An API Session can be extended, so a single API Session can generally be used for the lifetime of the application. A new API Session may be required if the application is unable to reach the controller for an extended period of time.
Create Service Session
The SDK must now create a Service Session. When creating a Service Session, the controller will verify that the identity used by the SDK has permission to access the service. The controller will also see which edge routers can be used to access the session. The set of edge routers will be returned along with the Service Session token.
Connect to Edge Routers
The returned Service Session contains the edge routers that can be used for this service along with the address or addresses that each router is listening on for SDK connections. The SDK will connect to the edge routers and use whichever one connects the fastest. The edge router connections are not per-service, but will be shared by all services. If the connections are already made, the SDK will prefer connections with lower latency.

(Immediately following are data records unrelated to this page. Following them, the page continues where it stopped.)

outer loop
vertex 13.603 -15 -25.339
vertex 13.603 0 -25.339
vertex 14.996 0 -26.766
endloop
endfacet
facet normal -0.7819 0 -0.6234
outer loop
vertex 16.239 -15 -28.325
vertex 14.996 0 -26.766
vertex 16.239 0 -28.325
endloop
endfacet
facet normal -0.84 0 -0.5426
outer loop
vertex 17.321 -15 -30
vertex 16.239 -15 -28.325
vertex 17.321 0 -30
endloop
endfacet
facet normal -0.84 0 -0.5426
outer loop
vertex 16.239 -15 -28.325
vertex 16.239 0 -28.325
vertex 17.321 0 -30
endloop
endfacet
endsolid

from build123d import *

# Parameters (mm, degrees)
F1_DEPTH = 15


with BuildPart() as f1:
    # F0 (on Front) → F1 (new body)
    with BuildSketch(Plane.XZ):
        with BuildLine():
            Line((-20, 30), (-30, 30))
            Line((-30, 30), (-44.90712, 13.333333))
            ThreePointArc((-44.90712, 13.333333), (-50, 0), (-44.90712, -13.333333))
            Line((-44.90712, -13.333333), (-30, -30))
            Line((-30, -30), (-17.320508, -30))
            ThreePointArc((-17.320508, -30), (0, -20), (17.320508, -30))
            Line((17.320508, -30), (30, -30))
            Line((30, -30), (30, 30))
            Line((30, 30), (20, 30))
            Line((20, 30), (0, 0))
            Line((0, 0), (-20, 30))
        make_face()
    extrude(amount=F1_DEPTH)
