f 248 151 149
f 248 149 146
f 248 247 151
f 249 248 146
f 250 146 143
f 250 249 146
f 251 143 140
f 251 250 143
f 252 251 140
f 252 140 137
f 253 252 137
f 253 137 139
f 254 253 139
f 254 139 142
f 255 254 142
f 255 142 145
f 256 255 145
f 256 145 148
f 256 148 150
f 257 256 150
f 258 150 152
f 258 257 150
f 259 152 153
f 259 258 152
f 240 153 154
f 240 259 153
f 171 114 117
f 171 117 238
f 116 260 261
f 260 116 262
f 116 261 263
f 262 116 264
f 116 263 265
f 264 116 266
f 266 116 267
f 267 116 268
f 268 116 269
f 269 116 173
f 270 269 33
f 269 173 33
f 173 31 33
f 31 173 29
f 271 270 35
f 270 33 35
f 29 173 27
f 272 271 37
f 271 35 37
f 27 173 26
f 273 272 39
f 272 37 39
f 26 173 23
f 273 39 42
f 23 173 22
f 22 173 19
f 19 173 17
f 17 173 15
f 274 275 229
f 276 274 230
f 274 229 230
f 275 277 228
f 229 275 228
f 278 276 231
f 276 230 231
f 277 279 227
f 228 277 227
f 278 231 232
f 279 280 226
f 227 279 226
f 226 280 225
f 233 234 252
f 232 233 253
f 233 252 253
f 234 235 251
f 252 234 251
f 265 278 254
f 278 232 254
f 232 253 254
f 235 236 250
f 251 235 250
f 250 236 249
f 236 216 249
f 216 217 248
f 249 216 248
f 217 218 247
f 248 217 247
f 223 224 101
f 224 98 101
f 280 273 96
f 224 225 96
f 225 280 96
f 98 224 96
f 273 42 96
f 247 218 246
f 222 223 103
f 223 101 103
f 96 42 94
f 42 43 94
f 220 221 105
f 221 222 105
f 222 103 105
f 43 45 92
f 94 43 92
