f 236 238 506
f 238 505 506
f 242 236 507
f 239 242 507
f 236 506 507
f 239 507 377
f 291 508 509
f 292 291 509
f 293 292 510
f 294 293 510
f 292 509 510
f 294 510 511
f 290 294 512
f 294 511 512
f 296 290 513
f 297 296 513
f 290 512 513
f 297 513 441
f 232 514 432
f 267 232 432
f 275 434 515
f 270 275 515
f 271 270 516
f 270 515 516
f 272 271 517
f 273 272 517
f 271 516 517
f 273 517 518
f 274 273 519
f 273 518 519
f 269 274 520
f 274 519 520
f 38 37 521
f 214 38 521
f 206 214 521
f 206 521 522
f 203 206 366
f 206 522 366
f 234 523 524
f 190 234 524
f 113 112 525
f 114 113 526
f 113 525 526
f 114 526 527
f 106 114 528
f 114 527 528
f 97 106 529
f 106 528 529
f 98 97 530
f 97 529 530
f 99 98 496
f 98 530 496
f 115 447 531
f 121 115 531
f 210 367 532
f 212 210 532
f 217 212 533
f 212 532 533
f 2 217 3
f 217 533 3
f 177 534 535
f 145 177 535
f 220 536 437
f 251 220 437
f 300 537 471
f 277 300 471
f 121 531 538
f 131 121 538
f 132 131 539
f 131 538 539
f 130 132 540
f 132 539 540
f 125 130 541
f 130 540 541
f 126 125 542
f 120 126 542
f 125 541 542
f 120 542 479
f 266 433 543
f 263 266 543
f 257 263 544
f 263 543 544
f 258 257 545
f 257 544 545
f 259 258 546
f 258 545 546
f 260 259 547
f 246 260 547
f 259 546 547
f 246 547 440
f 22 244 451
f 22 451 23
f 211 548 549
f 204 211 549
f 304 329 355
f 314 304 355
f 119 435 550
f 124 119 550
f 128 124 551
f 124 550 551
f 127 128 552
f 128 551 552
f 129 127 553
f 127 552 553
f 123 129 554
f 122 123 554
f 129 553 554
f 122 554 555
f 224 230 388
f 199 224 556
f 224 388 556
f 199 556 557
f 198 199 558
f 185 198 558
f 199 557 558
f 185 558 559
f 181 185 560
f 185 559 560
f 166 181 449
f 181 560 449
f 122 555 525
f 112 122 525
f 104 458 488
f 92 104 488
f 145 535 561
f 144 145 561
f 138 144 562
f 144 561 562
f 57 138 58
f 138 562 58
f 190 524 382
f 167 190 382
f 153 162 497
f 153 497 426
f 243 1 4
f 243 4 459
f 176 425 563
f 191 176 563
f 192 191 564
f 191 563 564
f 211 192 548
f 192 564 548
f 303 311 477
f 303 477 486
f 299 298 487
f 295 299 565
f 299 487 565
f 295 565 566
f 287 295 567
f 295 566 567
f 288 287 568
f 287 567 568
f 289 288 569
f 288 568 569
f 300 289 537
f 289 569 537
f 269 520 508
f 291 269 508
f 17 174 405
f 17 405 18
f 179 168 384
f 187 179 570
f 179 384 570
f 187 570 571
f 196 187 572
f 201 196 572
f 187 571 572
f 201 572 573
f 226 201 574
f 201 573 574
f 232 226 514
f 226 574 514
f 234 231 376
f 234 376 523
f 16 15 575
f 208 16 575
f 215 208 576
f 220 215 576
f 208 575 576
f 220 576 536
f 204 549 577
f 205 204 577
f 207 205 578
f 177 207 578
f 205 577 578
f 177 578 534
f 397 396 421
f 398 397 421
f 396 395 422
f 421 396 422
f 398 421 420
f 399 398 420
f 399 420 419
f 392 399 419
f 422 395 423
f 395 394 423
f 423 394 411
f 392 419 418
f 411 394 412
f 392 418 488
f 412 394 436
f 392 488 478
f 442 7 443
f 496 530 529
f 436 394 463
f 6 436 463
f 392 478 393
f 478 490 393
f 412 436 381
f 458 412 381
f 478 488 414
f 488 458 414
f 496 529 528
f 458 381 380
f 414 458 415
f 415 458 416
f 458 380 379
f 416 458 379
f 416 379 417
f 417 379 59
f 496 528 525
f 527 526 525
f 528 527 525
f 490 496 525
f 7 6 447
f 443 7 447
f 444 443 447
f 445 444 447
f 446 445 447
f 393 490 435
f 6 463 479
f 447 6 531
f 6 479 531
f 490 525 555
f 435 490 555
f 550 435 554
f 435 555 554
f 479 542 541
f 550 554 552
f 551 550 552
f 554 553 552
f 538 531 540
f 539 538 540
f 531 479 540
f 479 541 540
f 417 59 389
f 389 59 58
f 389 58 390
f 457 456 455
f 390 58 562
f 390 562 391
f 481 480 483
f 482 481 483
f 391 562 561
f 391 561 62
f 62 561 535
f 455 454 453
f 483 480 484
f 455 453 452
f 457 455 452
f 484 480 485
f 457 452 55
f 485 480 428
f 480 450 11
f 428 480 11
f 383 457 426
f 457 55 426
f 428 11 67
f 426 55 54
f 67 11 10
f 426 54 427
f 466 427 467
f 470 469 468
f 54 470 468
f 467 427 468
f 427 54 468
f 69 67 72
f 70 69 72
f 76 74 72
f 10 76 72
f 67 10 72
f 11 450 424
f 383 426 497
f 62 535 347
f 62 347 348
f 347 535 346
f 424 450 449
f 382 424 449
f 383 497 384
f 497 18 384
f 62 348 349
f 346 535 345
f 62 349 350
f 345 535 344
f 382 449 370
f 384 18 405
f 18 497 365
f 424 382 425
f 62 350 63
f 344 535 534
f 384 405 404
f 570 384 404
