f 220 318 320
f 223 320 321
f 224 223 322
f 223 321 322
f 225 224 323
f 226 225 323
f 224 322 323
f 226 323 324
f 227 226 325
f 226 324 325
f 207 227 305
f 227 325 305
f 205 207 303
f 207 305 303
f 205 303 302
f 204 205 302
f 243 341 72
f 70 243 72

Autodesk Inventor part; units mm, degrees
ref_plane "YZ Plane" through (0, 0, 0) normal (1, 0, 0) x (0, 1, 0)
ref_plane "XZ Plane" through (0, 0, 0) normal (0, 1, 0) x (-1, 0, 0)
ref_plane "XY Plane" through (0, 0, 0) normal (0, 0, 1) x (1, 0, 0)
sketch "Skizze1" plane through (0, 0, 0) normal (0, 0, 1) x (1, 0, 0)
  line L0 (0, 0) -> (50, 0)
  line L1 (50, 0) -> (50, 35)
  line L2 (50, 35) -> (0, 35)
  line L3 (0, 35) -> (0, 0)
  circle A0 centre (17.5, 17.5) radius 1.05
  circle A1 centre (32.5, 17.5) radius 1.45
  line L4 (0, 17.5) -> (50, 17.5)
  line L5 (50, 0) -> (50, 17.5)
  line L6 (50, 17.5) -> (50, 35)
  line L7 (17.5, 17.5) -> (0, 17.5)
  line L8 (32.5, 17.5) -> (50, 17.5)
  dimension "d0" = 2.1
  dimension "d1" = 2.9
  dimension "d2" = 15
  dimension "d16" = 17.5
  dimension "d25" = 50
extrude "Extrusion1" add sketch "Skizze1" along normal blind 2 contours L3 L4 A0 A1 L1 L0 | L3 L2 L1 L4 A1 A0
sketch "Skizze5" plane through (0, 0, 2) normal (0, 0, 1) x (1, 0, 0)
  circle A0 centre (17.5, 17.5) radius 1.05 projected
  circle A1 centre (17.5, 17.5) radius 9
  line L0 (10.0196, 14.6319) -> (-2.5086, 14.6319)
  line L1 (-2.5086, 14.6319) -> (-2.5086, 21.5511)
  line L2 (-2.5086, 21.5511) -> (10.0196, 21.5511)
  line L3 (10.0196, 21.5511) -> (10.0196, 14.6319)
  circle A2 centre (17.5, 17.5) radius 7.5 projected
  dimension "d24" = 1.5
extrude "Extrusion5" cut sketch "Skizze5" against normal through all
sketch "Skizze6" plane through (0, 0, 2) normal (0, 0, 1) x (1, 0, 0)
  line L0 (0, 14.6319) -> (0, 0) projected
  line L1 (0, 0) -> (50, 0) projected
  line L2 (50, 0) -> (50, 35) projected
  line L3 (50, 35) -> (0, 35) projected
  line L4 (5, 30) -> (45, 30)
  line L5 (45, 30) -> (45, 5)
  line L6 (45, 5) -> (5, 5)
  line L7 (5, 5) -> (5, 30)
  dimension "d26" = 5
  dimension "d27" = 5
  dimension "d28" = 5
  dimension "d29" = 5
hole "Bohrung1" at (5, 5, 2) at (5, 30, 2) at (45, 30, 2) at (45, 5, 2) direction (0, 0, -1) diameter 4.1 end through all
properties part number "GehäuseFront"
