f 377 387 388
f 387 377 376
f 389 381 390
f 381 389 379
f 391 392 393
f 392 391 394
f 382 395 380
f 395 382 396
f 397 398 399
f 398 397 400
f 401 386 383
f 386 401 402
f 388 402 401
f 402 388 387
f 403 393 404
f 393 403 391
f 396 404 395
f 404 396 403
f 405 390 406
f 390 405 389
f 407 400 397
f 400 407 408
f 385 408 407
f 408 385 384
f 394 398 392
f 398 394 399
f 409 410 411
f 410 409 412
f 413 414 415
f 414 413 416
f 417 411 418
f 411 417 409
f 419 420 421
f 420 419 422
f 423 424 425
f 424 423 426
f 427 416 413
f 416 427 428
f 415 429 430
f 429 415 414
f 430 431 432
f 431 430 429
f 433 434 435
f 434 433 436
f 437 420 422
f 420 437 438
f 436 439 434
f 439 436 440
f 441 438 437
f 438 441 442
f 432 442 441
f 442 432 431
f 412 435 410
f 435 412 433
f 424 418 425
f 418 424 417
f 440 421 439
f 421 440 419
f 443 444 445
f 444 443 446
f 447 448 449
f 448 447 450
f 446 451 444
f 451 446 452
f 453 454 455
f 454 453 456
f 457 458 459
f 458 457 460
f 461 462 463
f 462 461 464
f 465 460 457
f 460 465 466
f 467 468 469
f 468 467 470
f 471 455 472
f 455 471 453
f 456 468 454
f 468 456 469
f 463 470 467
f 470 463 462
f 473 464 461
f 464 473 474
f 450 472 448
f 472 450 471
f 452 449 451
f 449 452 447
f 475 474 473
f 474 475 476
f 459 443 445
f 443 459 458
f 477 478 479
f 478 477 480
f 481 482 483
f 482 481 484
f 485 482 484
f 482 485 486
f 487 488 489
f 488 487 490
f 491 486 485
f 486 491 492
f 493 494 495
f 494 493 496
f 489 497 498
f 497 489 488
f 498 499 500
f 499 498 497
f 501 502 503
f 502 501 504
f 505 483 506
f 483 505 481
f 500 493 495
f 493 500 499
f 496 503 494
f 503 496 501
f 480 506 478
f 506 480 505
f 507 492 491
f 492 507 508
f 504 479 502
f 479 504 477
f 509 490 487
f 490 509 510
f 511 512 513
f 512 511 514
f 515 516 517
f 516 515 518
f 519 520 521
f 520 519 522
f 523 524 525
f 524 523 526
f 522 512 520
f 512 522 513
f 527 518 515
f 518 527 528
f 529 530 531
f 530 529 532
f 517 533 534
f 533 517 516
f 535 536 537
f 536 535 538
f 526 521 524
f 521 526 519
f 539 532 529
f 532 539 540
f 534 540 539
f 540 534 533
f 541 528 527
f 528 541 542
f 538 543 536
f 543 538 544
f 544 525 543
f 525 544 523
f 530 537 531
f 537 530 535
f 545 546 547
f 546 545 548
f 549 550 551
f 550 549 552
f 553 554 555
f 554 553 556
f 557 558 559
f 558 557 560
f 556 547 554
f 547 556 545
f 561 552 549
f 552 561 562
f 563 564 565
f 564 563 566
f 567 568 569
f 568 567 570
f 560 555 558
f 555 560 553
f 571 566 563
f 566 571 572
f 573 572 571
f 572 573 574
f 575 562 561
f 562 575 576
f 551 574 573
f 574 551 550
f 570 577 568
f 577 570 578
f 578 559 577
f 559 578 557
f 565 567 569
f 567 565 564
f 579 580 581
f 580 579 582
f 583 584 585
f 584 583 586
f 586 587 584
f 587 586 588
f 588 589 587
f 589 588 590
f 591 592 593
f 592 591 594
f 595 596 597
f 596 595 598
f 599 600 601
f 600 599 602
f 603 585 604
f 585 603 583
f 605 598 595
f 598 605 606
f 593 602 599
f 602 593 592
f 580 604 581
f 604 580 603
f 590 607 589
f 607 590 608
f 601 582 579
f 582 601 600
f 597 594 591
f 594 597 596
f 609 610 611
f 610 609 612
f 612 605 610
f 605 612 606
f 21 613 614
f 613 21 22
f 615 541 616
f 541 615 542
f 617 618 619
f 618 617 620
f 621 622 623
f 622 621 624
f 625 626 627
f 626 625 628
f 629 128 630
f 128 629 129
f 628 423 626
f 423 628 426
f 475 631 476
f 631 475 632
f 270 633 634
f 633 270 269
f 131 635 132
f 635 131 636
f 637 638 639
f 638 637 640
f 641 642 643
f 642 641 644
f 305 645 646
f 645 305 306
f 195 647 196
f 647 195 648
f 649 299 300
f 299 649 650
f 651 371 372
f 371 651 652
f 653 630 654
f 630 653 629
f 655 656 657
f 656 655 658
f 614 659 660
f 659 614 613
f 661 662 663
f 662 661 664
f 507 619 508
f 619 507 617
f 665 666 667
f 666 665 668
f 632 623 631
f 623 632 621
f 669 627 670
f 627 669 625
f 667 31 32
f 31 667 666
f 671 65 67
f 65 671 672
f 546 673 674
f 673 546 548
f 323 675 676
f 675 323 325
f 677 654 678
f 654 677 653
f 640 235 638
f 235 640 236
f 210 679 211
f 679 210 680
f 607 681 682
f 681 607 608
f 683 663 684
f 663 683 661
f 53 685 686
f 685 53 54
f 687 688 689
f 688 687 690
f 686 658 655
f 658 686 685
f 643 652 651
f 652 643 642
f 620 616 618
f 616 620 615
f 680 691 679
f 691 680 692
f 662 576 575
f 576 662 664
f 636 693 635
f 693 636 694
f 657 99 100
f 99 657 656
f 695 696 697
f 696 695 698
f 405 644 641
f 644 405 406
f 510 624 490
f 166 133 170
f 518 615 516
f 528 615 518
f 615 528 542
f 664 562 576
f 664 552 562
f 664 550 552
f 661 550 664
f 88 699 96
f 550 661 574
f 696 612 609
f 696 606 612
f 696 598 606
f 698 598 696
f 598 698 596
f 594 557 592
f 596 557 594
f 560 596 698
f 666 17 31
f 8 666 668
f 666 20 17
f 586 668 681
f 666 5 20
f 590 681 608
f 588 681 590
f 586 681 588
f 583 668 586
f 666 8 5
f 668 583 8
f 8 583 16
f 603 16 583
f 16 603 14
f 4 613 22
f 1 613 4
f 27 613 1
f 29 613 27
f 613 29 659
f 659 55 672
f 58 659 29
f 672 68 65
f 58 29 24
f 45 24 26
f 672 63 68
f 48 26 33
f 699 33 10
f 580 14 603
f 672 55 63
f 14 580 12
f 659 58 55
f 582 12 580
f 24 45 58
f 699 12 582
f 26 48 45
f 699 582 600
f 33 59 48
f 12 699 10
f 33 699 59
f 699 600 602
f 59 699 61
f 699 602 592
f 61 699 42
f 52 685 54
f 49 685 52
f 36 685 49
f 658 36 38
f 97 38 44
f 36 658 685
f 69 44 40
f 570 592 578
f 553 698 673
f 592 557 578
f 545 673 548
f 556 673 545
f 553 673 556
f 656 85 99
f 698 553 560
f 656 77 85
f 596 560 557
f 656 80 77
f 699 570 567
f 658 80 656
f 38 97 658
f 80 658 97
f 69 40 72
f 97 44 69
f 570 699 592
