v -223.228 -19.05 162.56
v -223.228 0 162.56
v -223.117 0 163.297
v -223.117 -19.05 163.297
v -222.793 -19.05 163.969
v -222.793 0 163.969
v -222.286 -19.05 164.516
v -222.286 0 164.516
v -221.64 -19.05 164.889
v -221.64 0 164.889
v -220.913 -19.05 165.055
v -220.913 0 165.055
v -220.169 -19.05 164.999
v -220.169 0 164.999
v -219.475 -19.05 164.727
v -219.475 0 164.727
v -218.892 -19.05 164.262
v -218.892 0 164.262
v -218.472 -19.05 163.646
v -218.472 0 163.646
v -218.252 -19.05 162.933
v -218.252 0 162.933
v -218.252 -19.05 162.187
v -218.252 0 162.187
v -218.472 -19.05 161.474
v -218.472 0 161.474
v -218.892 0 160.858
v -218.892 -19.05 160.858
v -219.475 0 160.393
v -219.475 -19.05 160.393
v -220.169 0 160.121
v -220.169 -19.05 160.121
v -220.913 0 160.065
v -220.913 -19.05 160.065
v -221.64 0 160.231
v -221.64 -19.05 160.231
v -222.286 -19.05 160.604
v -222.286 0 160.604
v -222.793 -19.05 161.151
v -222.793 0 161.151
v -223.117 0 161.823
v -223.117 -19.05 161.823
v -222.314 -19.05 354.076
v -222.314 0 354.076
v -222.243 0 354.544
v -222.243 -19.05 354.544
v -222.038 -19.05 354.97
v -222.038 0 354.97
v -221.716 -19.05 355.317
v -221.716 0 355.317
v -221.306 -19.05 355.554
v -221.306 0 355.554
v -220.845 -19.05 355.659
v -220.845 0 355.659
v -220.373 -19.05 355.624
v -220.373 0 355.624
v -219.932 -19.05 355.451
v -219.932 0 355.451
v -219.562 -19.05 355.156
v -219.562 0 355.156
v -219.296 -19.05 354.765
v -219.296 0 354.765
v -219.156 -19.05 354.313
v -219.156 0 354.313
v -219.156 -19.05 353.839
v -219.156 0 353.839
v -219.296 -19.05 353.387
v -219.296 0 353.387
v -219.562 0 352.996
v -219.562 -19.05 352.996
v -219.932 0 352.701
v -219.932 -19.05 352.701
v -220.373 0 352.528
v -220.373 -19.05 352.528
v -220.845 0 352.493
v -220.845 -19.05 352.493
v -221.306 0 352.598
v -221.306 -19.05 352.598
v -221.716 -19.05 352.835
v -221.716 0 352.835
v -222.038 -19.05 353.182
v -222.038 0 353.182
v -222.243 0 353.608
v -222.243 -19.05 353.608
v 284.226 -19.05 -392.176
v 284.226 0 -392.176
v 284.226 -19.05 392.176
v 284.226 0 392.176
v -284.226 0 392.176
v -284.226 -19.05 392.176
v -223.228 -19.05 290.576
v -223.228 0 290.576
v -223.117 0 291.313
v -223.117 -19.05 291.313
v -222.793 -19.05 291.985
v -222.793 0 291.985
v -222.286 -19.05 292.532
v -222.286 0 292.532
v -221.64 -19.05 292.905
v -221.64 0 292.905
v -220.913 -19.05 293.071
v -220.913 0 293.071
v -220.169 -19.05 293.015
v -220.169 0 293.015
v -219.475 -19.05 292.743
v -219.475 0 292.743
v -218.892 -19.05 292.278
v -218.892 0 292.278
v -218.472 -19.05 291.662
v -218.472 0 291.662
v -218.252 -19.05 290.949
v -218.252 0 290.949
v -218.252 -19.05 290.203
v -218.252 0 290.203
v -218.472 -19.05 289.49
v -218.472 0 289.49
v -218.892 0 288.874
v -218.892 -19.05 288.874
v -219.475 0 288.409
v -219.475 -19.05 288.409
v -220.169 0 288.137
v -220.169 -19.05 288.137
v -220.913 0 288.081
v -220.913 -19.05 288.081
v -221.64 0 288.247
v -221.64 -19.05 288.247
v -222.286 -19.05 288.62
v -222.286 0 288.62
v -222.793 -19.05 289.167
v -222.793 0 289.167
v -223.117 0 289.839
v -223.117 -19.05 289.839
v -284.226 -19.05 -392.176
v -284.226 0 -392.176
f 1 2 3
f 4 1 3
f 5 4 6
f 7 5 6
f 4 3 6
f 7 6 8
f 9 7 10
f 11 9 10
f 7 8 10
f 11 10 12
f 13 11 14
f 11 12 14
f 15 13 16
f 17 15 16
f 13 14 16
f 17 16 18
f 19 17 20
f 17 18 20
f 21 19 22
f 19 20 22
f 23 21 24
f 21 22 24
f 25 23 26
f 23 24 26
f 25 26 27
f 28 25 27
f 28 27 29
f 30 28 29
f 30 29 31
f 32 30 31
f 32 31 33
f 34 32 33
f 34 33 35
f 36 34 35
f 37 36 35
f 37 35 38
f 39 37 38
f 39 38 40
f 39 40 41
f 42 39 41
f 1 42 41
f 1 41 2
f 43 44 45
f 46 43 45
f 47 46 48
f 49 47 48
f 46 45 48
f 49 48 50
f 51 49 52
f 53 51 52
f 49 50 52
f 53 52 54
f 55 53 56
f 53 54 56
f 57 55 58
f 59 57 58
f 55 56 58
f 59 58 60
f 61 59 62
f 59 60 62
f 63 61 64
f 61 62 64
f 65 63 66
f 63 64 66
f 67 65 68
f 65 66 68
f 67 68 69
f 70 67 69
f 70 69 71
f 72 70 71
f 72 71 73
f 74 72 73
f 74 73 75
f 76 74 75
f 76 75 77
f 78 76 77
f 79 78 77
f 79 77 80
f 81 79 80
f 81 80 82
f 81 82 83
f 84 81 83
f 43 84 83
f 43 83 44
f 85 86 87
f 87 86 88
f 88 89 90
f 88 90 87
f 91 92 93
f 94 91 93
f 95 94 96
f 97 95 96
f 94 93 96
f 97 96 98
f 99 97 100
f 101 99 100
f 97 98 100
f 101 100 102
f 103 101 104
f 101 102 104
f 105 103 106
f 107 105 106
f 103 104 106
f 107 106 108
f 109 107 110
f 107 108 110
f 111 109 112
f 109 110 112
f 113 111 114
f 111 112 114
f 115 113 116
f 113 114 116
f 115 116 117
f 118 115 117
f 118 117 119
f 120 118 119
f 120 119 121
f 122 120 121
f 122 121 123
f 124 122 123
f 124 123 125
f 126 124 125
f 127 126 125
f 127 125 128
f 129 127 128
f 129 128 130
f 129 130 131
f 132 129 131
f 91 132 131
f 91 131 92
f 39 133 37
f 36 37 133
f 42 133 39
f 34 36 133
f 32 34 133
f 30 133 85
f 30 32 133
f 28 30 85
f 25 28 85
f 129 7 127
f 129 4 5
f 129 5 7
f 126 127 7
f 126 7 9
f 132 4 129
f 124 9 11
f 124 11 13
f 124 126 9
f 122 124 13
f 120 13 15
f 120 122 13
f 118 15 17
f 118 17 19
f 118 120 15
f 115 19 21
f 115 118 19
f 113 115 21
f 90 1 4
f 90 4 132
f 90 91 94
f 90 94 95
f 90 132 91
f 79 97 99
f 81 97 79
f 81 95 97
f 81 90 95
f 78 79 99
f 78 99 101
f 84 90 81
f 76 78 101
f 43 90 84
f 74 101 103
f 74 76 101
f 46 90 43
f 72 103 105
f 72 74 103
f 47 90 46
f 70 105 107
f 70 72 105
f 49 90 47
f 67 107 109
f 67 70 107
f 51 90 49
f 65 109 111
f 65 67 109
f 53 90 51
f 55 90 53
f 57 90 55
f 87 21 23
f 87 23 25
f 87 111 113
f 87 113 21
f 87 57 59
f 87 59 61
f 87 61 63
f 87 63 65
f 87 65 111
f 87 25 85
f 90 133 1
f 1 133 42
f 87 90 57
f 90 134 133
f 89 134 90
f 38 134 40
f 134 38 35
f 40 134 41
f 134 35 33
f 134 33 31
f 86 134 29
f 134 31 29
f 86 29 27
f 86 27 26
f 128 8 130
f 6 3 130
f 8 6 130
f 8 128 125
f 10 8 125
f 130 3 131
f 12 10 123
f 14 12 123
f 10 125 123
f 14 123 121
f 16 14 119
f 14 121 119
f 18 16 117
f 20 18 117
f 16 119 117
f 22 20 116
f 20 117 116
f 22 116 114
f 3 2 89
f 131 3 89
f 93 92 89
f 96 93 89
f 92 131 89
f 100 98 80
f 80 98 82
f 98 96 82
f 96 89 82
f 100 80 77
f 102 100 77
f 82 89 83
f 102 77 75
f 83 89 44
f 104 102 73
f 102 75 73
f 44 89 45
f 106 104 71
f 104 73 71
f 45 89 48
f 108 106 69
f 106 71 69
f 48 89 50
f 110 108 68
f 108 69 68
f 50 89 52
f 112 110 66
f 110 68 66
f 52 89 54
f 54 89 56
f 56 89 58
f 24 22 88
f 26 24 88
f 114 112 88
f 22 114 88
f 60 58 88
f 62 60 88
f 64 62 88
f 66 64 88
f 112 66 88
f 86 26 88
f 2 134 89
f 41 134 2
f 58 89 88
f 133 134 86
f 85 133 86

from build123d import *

# Parameters (mm, degrees)
F0_W     = 568.452
F0_H     = 784.352
F1_DEPTH = 19.05
F3_D     = 5.0038
F3_DEPTH = 25.4
F5_D     = 3.175
F5_DEPTH = 25.4


with BuildPart() as f1:
    # F0 (on Front) → F1 (new body)
    with BuildSketch(Plane.XZ):
        Rectangle(F0_W, F0_H)
    extrude(amount=F1_DEPTH)

    # F3
    with Locations(Plane.XZ.offset(19.05)):
        with Locations((-220.726, 290.576), (-220.726, 162.56)):
            Hole(F3_D / 2, depth=F3_DEPTH)

    # F5
    with Locations(Plane.XZ.offset(19.05)):
        with Locations((-220.726, 354.076)):
            Hole(F5_D / 2, depth=F5_DEPTH)


solid = f1.part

The connection is made with mutual TLS. The SDK will also provide the API Session token to the edge routers, allowing them to validate the connection. When the API Session becomes invalid, edge routers will be notified and connections associated with that API Session will be terminated.
Dial the Service
The SDK will pick an edge router and send it a Dial request for desired service along with the Service Session token. The edge router selected is known as the initiating router. The edge router will translate this into a 'create circuit' request to the controller. The controller will select a path and will message the routers in the path, so they can update their routing tables and/or make connections to application servers as necessary.
The path will be selected based on the cost of the terminators available on that service, plus the cost of the routers and links from the initiating router to the terminator's router. The last router in the path is called the terminating router.
- Router costs can be set via the management API. There is also a configurable minimum router cost. A minimum cost will prevent paths from adding unnecessary hops or from bouncing between two similar paths.
- Link costs are currently based on the link's round-trip latency
- Terminators have a static cost which can be managed via the management API for static terminators, or via the SDK for dynamic terminators.
- Terminators also have a dynamic cost. The more circuits on a terminator, the higher the cost. As circuits are torn down, the cost goes back down. Dial failures will also temporarily raise the dynamic terminator cost.
Established Circuit
Once the routing and connection to the application server are established, the circuit is made. The controller notifies the initiating router and data can now flow between the SDK and the application server.